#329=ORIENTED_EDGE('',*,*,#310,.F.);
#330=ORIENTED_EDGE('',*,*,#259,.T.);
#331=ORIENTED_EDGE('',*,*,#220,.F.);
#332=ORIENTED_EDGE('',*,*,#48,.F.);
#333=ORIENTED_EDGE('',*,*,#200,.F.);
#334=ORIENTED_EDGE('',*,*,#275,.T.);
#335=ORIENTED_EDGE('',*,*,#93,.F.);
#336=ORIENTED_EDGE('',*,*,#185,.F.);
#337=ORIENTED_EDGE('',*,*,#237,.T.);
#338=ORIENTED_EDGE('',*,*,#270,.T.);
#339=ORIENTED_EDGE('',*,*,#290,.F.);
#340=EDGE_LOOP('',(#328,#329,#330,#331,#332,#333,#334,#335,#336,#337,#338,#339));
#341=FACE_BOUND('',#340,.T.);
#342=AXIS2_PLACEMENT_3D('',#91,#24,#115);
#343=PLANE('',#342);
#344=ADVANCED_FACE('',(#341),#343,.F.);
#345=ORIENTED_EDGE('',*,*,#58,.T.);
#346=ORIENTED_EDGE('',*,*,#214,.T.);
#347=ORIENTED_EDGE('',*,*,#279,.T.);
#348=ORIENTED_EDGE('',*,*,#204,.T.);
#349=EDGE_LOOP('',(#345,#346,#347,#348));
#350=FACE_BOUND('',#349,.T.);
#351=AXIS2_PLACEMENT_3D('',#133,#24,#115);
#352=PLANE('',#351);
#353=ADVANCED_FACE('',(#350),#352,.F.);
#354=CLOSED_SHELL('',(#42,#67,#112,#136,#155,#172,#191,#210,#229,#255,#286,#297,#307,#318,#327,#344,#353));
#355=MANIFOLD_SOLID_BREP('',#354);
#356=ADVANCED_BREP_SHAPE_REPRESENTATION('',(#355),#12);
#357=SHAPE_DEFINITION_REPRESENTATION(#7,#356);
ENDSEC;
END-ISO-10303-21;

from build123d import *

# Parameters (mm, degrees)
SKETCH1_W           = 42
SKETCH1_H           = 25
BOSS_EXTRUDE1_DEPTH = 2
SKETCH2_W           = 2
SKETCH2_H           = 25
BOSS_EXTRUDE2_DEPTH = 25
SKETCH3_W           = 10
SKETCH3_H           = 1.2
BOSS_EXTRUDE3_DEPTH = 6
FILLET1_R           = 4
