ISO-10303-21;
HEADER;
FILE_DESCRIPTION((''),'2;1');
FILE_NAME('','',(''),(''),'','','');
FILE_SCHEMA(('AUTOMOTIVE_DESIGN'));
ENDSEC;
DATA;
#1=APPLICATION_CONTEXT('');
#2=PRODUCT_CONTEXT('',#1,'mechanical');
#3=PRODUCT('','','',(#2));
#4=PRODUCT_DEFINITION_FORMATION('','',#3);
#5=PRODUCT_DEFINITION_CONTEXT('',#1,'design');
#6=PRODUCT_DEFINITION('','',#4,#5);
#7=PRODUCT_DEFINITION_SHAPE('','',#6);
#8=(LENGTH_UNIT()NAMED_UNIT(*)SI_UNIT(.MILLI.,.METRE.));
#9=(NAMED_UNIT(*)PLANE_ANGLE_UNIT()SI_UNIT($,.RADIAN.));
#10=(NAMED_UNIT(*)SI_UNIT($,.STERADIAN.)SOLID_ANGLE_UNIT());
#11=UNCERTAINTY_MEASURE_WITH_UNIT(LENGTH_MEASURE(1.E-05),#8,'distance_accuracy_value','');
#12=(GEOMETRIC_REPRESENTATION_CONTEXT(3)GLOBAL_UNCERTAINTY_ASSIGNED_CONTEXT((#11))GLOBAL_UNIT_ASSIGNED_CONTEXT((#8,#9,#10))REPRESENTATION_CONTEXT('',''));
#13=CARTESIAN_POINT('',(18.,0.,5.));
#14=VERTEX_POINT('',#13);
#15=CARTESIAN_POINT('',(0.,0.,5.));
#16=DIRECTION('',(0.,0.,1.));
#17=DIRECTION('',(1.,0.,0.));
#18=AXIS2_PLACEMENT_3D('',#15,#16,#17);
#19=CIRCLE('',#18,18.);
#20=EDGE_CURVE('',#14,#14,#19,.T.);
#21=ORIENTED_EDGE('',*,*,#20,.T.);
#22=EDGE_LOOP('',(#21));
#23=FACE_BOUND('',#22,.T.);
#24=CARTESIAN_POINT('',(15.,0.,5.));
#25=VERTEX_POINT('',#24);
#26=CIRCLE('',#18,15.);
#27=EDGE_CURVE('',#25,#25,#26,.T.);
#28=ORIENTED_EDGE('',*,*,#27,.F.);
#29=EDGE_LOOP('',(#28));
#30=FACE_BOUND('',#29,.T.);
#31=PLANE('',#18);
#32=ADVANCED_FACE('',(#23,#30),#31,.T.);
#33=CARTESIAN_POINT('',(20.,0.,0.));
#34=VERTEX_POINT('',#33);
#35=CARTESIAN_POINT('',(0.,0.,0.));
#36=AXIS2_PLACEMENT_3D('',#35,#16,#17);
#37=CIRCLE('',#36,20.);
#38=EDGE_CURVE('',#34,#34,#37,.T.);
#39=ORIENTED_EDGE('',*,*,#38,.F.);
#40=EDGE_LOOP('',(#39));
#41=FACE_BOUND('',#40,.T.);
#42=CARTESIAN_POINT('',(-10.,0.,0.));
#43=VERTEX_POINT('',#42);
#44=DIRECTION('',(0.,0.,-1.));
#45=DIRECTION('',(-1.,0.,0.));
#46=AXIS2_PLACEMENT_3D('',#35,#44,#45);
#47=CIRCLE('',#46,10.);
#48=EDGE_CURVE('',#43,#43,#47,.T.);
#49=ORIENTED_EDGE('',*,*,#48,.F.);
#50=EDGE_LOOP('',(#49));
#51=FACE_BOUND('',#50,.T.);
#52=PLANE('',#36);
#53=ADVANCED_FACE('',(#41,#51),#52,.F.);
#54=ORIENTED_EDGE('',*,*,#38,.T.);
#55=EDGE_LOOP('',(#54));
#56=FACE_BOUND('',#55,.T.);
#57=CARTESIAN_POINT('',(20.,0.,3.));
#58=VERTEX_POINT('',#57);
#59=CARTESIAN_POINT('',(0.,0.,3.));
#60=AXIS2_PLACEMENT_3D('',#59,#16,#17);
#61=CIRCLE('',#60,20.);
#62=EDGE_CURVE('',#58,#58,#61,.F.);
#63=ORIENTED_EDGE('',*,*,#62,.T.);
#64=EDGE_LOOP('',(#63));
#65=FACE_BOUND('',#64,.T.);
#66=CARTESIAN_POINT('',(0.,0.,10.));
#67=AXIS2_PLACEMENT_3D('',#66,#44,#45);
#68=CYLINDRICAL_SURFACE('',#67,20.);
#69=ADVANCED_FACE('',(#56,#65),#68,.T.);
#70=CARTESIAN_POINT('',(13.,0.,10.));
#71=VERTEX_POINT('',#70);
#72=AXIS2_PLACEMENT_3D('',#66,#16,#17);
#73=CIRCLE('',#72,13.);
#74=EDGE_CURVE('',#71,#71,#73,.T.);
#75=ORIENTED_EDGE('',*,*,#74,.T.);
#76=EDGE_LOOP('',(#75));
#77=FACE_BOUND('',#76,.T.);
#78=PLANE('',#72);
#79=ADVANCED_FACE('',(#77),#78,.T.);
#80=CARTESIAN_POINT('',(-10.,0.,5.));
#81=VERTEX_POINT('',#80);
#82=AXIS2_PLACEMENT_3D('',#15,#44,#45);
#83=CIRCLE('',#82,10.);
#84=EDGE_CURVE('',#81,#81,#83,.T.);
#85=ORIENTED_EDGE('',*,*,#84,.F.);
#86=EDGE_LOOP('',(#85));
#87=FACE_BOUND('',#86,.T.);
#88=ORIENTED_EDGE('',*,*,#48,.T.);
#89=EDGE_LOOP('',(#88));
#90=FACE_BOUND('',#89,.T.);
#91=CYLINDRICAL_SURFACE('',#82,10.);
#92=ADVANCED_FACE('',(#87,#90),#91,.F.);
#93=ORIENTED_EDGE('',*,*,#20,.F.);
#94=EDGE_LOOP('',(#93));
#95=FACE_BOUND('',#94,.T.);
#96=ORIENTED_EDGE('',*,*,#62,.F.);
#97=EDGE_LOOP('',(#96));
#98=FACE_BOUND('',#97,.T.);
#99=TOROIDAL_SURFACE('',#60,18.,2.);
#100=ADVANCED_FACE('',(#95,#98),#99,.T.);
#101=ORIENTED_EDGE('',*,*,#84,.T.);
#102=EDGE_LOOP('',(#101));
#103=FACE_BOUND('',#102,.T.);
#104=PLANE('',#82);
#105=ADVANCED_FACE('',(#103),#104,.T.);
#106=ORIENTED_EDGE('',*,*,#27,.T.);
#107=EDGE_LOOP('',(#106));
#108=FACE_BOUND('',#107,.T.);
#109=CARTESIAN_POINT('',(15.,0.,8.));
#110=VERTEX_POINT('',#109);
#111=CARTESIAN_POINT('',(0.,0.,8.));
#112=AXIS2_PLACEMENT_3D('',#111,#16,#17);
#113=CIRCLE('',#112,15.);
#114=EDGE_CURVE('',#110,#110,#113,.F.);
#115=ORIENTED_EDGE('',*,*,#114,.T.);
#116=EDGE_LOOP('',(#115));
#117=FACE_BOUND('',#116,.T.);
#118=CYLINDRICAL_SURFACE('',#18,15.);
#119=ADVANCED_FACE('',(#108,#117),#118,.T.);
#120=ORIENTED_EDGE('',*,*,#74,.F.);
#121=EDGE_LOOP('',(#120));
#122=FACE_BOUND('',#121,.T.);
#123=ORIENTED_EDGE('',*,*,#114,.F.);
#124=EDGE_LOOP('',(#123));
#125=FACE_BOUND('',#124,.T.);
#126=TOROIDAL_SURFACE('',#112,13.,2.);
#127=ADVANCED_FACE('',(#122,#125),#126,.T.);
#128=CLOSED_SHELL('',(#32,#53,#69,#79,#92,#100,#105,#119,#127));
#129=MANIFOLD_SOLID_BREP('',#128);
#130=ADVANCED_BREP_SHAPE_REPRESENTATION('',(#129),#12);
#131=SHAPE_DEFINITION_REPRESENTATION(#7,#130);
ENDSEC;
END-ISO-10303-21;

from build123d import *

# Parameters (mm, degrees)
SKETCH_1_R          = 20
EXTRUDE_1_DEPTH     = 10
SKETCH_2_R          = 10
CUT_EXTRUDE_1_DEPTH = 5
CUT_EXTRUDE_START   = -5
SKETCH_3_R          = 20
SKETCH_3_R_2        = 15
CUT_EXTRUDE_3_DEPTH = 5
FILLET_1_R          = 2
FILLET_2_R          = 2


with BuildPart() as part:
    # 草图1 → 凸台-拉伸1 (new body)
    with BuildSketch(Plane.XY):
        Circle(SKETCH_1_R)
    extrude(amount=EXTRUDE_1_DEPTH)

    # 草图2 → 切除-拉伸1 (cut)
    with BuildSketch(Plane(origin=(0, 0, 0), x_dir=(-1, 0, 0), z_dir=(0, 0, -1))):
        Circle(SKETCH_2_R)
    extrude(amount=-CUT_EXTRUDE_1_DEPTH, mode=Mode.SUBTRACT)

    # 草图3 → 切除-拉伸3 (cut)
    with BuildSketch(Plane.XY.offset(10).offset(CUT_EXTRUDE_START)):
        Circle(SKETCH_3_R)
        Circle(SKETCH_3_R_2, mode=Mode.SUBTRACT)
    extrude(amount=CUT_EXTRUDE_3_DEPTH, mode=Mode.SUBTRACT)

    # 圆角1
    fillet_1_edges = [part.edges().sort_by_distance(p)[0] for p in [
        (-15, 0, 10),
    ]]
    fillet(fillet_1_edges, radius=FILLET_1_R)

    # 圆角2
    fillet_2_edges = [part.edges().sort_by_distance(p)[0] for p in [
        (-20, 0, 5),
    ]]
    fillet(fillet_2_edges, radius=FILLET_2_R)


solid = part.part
○ ○ ○
Your assignment: Using the data above, repeat exactly the lines that begin at the line with "#47=CIRCLE('',#46,10.);" and end at the line with "#58=VERTEX_POINT('',#57);", both ends included.

Completed task:
#47=CIRCLE('',#46,10.);
#48=EDGE_CURVE('',#43,#43,#47,.T.);
#49=ORIENTED_EDGE('',*,*,#48,.F.);
#50=EDGE_LOOP('',(#49));
#51=FACE_BOUND('',#50,.T.);
#52=PLANE('',#36);
#53=ADVANCED_FACE('',(#41,#51),#52,.F.);
#54=ORIENTED_EDGE('',*,*,#38,.T.);
#55=EDGE_LOOP('',(#54));
#56=FACE_BOUND('',#55,.T.);
#57=CARTESIAN_POINT('',(20.,0.,3.));
#58=VERTEX_POINT('',#57);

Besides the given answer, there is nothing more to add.